• To do: Return all the lines below in which the string "align" appears.

[Stored data]
Start of Block

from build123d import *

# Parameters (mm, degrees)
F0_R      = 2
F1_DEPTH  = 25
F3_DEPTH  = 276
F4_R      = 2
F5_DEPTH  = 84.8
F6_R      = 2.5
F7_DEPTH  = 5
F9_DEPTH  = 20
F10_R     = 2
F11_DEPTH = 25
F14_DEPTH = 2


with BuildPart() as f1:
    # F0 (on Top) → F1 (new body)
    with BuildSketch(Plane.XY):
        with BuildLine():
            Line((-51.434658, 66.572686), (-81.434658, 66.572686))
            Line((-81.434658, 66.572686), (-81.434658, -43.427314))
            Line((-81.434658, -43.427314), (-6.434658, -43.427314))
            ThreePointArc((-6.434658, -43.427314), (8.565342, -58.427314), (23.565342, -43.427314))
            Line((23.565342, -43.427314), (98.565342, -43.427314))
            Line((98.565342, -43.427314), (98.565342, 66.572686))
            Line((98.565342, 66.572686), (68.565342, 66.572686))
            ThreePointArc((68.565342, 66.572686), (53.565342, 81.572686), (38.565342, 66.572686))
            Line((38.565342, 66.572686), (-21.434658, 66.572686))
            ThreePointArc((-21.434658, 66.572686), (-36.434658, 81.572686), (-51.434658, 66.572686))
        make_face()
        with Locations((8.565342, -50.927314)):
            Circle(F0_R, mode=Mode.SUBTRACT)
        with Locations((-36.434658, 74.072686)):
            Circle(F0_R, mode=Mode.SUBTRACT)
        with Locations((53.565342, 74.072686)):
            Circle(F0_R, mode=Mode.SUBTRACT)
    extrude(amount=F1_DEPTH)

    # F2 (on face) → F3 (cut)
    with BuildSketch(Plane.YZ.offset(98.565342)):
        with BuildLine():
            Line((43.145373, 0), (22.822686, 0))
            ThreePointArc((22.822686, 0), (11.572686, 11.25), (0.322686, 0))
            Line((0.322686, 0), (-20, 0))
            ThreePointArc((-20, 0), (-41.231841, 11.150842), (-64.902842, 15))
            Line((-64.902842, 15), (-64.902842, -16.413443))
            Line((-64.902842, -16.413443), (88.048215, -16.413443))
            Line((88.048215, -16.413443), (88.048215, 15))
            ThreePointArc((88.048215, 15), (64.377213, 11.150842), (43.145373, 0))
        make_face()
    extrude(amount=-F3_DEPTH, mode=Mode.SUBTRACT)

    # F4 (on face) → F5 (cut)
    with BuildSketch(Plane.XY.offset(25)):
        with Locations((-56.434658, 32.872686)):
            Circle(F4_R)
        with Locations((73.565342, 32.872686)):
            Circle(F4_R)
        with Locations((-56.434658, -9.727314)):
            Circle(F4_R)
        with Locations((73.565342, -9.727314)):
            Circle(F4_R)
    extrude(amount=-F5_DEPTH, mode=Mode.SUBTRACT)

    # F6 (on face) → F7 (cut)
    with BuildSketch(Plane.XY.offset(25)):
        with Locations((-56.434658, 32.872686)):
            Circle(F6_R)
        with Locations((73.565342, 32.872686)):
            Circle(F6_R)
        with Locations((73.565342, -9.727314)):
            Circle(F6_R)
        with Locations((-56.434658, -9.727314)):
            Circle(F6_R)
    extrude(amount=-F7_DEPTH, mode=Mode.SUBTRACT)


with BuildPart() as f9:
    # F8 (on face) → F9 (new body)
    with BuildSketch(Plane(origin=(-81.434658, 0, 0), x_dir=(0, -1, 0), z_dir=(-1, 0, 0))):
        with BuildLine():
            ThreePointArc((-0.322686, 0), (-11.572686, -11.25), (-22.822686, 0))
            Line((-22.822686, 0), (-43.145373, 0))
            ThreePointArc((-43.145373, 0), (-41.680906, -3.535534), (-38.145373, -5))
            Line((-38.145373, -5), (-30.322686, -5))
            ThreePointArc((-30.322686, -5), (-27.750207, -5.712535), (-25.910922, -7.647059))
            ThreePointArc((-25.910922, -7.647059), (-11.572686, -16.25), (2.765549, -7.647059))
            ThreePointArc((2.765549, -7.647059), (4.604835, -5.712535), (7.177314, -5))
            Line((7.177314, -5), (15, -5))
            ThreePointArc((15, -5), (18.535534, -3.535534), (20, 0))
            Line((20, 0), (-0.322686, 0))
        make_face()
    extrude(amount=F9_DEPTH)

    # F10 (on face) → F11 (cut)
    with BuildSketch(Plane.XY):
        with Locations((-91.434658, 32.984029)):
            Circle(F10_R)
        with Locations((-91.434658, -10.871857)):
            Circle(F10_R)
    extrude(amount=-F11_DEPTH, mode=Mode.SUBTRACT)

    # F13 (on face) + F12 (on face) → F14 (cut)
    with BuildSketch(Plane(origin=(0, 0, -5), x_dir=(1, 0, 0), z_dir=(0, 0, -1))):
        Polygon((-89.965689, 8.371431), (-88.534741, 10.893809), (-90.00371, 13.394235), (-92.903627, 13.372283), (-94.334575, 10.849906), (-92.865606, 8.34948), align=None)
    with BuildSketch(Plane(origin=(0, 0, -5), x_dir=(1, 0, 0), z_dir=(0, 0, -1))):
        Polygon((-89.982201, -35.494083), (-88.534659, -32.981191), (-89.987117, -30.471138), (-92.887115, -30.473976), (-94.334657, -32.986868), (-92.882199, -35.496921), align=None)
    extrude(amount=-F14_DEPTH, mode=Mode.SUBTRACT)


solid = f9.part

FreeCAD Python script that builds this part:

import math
import FreeCAD as App
import Part
import Sketcher
Q = App.Units.Quantity

doc = App.newDocument("Part")
body = doc.addObject("PartDesign::Body", "Body")

# Sketch on XY plane
sketch1 = body.newObject("Sketcher::SketchObject", "Sketch")
sketch1.AttachmentSupport = (doc.getObject("XY_Plane"), [""])
sketch1.MapMode = "FlatFace"
sketch1.addGeometry(Part.LineSegment(App.Vector(-51.4, 66.6, 0), App.Vector(-81.4, 66.6, 0)), False)
sketch1.addGeometry(Part.LineSegment(App.Vector(-81.4, 66.6, 0), App.Vector(-81.4, -43.4, 0)), False)
sketch1.addGeometry(Part.LineSegment(App.Vector(-81.4, -43.4, 0), App.Vector(-6.4, -43.4, 0)), False)
sketch1.addGeometry(Part.ArcOfCircle(Part.Circle(App.Vector(8.6, -43.4, 0), App.Vector(0, 0, 1), 15), math.radians(180), math.radians(360)), False)
sketch1.addGeometry(Part.LineSegment(App.Vector(23.6, -43.4, 0), App.Vector(98.6, -43.4, 0)), False)
sketch1.addGeometry(Part.LineSegment(App.Vector(98.6, -43.4, 0), App.Vector(98.6, 66.6, 0)), False)
sketch1.addGeometry(Part.LineSegment(App.Vector(98.6, 66.6, 0), App.Vector(68.6, 66.6, 0)), False)
sketch1.addGeometry(Part.ArcOfCircle(Part.Circle(App.Vector(53.6, 66.6, 0), App.Vector(0, 0, 1), 15), math.radians(0), math.radians(180)), False)
sketch1.addGeometry(Part.LineSegment(App.Vector(38.6, 66.6, 0), App.Vector(-21.4, 66.6, 0)), False)
sketch1.addGeometry(Part.ArcOfCircle(Part.Circle(App.Vector(-36.4, 66.6, 0), App.Vector(0, 0, 1), 15), math.radians(0), math.radians(180)), False)
sketch1.addGeometry(Part.Circle(App.Vector(8.6, -50.9, 0), App.Vector(0, 0, 1), 2), False)
sketch1.addGeometry(Part.Circle(App.Vector(-36.4, 74.1, 0), App.Vector(0, 0, 1), 2), False)
sketch1.addGeometry(Part.Circle(App.Vector(53.6, 74.1, 0), App.Vector(0, 0, 1), 2), False)
sketch1.addConstraint(Sketcher.Constraint("Coincident", 0, 2, 1, 1))
sketch1.addConstraint(Sketcher.Constraint("Coincident", 1, 2, 2, 1))
sketch1.addConstraint(Sketcher.Constraint("Coincident", 2, 2, 3, 1))
sketch1.addConstraint(Sketcher.Constraint("Coincident", 3, 2, 4, 1))
sketch1.addConstraint(Sketcher.Constraint("Coincident", 4, 2, 5, 1))
sketch1.addConstraint(Sketcher.Constraint("Coincident", 5, 2, 6, 1))
sketch1.addConstraint(Sketcher.Constraint("Coincident", 6, 2, 7, 1))
sketch1.addConstraint(Sketcher.Constraint("Coincident", 7, 2, 8, 1))
sketch1.addConstraint(Sketcher.Constraint("Coincident", 8, 2, 9, 1))
sketch1.addConstraint(Sketcher.Constraint("Coincident", 9, 2, 0, 1))
sketch1.addConstraint(Sketcher.Constraint("Horizontal", 0))
sketch1.addConstraint(Sketcher.Constraint("Vertical", 1))
sketch1.addConstraint(Sketcher.Constraint("Horizontal", 2))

End of Block

• Solution to the problem:
        Polygon((-89.965689, 8.371431), (-88.534741, 10.893809), (-90.00371, 13.394235), (-92.903627, 13.372283), (-94.334575, 10.849906), (-92.865606, 8.34948), align=None)
        Polygon((-89.982201, -35.494083), (-88.534659, -32.981191), (-89.987117, -30.471138), (-92.887115, -30.473976), (-94.334657, -32.986868), (-92.882199, -35.496921), align=None)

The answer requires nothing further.